Photo taken a few days ago in Castlewood State Park in Ballwin, Missouri. Get out and enjoy Autumn before the wind and cold sweep away all the color!
I took this picture a couple weeks ago as the local Virginia Creeper (Parthenocissus quinquefolia) population began changing into its vibrant red garb. Thank you, Nature!!!
Virginia Creeper often gets mistaken for Poison Ivy (Toxicodendron radicans), but is 5-leaved, whereas the Poison Ivy is 3-leaved. Both are native to this area, but I’d highly recommend Virginia Creeper for your garden or natural landscaping.
Just make sure not to landscape with Poison Ivy, unless you’re itching to repel your neighbors… Ha!
“When we try to pick out anything by itself, we find it hitched to everything else in the universe.”
One of my favorite quotes…it not only inspires my continued appreciation for the natural world, but it also clarifies my thoughts on Sustainability.
*I took this photo at Shaw Nature Reserve in Gray Summit, MO this Spring.
When I see Virginia Bluebells (Mertensia virginica), I know that, despite the calendar date, Spring has truly arrived!
Delicate new blooms
Ephemeral spring beauty
Look down. Don’t miss it!
Fires, floods, fallen trees,
All appears lost, all looks dead,
Yet life rekindles!
I took a 4-mile hike yesterday with some friends along Pickle Creek in Hawn State Park, near Ste. Genevieve, Missouri. Spring is finally springing, though I’ve yet to see many spring ephemerals popping up yet. Can’t wait for the bluebells (see previous post)!!
Along part of the hiking path, we saw the charred ground and trees of a recent fire. A prescribed fire, in this neck of the woods, is not destructive; occasional fires and floods are ecologically healthy for these ecosystems. Fire helps keep the highlands from accumulating too much detritus and understory flora (and adding fuel for more-difficult-to-control wildfires). Occasional prescribed burns affect insect populations, provide additional habitat, accommodate the perpetuation of more native plants and trees, and help curb the spread of weedy or invasive plants.

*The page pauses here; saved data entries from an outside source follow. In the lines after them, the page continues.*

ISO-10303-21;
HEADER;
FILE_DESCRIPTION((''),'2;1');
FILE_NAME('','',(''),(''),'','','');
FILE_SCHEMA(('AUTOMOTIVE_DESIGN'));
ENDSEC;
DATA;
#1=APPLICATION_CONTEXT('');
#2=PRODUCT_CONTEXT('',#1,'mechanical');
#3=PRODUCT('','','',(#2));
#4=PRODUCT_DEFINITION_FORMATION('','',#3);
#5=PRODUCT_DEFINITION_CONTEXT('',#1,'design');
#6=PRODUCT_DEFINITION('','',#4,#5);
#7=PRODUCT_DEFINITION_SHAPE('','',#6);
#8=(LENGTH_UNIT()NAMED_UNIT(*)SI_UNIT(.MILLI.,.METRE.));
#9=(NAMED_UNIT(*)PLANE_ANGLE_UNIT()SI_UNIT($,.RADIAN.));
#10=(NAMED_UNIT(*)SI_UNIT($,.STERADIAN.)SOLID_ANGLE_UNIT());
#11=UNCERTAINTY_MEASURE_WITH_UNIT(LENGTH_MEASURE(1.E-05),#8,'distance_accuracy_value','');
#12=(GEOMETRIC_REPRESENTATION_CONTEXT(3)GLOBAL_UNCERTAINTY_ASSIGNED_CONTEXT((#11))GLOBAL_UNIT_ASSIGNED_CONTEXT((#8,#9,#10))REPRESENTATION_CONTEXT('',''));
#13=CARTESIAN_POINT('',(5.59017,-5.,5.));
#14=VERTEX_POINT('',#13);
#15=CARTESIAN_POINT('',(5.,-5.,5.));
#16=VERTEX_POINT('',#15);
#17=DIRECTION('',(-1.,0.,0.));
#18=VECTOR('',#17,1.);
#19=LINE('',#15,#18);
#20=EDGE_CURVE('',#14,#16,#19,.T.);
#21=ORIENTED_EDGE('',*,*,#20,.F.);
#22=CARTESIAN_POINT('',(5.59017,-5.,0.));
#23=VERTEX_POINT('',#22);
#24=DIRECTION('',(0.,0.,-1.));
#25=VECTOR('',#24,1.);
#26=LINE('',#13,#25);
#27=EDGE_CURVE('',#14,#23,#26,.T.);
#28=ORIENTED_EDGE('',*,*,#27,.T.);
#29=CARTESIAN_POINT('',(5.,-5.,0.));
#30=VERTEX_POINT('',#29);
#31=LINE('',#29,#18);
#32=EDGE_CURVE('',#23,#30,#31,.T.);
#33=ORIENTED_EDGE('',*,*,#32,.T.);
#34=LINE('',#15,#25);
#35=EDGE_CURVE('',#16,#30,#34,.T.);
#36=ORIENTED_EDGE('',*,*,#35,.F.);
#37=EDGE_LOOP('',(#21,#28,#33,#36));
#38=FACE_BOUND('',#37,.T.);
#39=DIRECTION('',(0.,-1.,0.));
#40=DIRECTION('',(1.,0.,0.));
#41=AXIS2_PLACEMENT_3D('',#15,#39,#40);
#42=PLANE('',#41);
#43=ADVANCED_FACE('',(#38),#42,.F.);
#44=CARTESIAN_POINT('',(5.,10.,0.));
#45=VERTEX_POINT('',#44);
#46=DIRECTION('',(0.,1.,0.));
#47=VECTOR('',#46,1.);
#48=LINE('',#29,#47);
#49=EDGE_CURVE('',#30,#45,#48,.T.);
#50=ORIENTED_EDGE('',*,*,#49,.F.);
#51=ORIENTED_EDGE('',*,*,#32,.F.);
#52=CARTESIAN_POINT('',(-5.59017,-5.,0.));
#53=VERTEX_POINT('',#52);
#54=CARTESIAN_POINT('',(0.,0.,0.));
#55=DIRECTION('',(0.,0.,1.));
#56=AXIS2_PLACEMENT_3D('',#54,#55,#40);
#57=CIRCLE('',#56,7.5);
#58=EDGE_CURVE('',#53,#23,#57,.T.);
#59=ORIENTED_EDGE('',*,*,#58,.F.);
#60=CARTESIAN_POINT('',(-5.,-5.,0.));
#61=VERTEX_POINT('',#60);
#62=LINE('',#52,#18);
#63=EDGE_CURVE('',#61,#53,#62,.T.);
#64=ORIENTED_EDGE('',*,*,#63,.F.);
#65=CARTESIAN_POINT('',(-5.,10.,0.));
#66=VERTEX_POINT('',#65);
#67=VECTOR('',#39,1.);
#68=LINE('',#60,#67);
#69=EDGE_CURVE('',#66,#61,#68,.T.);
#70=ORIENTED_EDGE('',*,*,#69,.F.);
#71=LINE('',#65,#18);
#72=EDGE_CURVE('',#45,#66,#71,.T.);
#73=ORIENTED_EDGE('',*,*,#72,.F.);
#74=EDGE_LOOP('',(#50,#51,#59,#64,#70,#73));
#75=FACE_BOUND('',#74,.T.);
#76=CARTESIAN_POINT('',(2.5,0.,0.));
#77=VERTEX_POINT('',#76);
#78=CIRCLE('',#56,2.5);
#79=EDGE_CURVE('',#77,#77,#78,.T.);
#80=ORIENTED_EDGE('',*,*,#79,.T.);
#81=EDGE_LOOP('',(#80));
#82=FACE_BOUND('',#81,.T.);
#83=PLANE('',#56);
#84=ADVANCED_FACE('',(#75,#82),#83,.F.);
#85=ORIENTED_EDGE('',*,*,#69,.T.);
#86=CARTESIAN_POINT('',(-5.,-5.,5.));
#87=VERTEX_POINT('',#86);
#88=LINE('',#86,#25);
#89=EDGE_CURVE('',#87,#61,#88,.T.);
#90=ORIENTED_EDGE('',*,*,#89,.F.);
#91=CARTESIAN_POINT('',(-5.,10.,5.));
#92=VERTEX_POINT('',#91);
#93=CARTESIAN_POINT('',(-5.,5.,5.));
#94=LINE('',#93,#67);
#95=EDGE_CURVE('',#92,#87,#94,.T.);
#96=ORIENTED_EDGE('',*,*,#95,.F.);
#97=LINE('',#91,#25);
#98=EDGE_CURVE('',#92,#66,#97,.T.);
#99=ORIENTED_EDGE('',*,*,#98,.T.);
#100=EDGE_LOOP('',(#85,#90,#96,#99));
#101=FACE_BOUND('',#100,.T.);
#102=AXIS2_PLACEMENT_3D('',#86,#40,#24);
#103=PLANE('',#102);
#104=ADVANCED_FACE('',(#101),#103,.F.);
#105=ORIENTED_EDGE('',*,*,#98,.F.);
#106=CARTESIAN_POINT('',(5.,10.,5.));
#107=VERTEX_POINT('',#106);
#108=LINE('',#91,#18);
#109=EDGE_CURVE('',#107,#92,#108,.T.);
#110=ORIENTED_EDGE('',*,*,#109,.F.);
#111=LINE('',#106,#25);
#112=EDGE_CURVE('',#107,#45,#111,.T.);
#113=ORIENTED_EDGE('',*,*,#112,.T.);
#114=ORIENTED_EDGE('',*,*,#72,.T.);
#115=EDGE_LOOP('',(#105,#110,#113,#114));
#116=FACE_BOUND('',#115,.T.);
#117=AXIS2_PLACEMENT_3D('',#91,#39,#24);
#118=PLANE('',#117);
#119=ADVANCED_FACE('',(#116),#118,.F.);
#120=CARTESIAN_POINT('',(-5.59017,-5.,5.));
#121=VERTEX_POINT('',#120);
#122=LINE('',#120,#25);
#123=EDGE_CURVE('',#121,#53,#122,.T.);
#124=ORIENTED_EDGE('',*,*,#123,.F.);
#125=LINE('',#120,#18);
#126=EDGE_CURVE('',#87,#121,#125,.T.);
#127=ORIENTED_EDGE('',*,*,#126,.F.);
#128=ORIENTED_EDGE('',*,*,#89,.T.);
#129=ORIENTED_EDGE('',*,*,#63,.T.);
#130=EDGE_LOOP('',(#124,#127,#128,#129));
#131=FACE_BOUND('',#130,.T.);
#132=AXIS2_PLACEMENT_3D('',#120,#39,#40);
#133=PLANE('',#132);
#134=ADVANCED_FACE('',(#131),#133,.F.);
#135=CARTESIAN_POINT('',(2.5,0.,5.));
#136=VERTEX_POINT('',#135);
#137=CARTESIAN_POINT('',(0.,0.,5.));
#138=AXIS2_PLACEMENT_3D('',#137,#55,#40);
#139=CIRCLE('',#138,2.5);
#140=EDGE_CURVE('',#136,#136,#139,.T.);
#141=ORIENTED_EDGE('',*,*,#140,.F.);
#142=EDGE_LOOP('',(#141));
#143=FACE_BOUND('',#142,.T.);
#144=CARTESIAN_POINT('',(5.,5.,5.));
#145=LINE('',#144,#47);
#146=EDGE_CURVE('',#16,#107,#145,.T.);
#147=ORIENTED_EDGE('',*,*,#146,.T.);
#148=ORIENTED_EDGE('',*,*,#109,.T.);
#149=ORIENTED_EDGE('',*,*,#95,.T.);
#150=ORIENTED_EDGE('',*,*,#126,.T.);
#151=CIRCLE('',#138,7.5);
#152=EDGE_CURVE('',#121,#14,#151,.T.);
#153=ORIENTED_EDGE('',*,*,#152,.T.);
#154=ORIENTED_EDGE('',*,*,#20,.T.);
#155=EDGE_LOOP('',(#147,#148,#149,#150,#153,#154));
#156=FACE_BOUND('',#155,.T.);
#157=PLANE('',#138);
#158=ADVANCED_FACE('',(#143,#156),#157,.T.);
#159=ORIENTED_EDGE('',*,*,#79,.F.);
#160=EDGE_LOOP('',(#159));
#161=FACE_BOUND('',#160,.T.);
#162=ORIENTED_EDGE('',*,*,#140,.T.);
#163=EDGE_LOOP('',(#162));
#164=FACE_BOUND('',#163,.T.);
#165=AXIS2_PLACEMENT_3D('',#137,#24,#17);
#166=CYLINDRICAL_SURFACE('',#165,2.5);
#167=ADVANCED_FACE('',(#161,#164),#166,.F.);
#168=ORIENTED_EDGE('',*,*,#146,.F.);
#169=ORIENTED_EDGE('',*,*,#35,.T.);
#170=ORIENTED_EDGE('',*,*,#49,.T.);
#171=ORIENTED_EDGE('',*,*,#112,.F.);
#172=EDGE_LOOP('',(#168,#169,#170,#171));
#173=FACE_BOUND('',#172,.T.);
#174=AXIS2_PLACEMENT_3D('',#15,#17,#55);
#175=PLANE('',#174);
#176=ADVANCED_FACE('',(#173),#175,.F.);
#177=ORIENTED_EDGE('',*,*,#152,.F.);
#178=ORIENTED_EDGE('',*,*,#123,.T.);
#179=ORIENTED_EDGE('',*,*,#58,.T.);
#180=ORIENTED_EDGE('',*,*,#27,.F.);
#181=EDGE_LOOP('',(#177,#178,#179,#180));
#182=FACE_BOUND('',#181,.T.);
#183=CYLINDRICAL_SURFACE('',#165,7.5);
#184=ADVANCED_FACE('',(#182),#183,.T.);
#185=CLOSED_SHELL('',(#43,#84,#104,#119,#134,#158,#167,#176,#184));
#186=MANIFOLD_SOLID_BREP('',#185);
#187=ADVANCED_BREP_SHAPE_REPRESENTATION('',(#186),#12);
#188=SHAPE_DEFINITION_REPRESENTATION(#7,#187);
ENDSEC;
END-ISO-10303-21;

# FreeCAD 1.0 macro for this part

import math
import FreeCAD as App
import Part
import Sketcher

V = App.Vector
Q = App.Units.Quantity

doc = App.newDocument("Part")
body = doc.addObject("PartDesign::Body", "Body")

sketch1 = body.newObject("Sketcher::SketchObject", "Sketch")
sketch1.AttachmentSupport = (doc.getObject("XY_Plane"), [""])
sketch1.MapMode = "FlatFace"
sketch1.addGeometry([
    Part.LineSegment(V(5.6, -5, 0), V(5, -5, 0)),
    Part.LineSegment(V(5, -5, 0), V(5, 10, 0)),
    Part.LineSegment(V(5, 10, 0), V(-5, 10, 0)),
    Part.LineSegment(V(-5, 10, 0), V(-5, -5, 0)),
    Part.LineSegment(V(-5, -5, 0), V(-5.6, -5, 0)),
    Part.ArcOfCircle(Part.Circle(V(0, 0, 0), V(0, 0, 1), 7.5), math.radians(-138), math.radians(-42)),
    Part.Circle(V(0, 0, 0), V(0, 0, 1), 2.5),
], False)
sketch1.addConstraint([
    Sketcher.Constraint("Coincident", 0, 2, 1, 1),
    Sketcher.Constraint("Coincident", 1, 2, 2, 1),
    Sketcher.Constraint("Coincident", 2, 2, 3, 1),
    Sketcher.Constraint("Coincident", 3, 2, 4, 1),
    Sketcher.Constraint("Coincident", 4, 2, 5, 1),
    Sketcher.Constraint("Coincident", 5, 2, 0, 1),
    Sketcher.Constraint("Horizontal", 0),
    Sketcher.Constraint("Vertical", 1),
    Sketcher.Constraint("Horizontal", 2),
    Sketcher.Constraint("Vertical", 3),
    Sketcher.Constraint("Horizontal", 4),
    Sketcher.Constraint("Coincident", 5, 3, -1, 1),
    Sketcher.Constraint("Coincident", 6, 3, -1, 1),
    Sketcher.Constraint("Symmetric", 0, 2, 3, 2, -2),
    Sketcher.Constraint("Diameter", 6, Q("5 mm")),
    Sketcher.Constraint("Radius", 5, Q("7.5 mm")),
    Sketcher.Constraint("DistanceX", 2, 2, 2, 1, Q("10 mm")),
    Sketcher.Constraint("DistanceY", 1, 1, 1, 2, Q("15 mm")),
    Sketcher.Constraint("DistanceY", 0, 2, -1, 1, Q("5 mm")),
])
pad1 = body.newObject("PartDesign::Pad", "Pad")
pad1.Profile = sketch1
pad1.Length = 5

doc.recompute()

Of course, always be prepared and safe when conducting prescribed burns!!
Just after Christmas, I took some friends on a day hike south of St. Louis, Missouri. Winter hikes are the best…no ticks or mosquitoes! And the weather this day was particularly pleasant.
We visited Hickory Canyons Natural Area, in Ste Genevieve County, which features box canyons and sandstone cliffs. During the right winter conditions, icicles form throughout the canyons. I call the sight ‘God’s Pipe Organ.’ At any rate, we visited on a day above freezing. In the silence and solitude of sandstone, ferns, lichen, and moss, an icy stalactite would occasionally crash down into the valley below.
One icicle must have impaled the soft ground, melted, and refroze. The result was an ice globe.
Don’t give up on the outdoors when the leaves on the trees have fallen and the flowers aren’t in bloom (Actually…Witch Hazel). Nature gives you entertainment and enchantment year-round!
More photos on my Flickr.
Took this a couple weeks ago at Shaw Nature Reserve. This is Purple Coneflower (Echinacea purpurea), a native prairie flower that is popular in area landscaping. This is one of those flowers that traditional landscapers/gardeners are really beginning to embrace. That’s good! because as Coneflower ripens, it provides food for birds and maintains interest throughout the fall.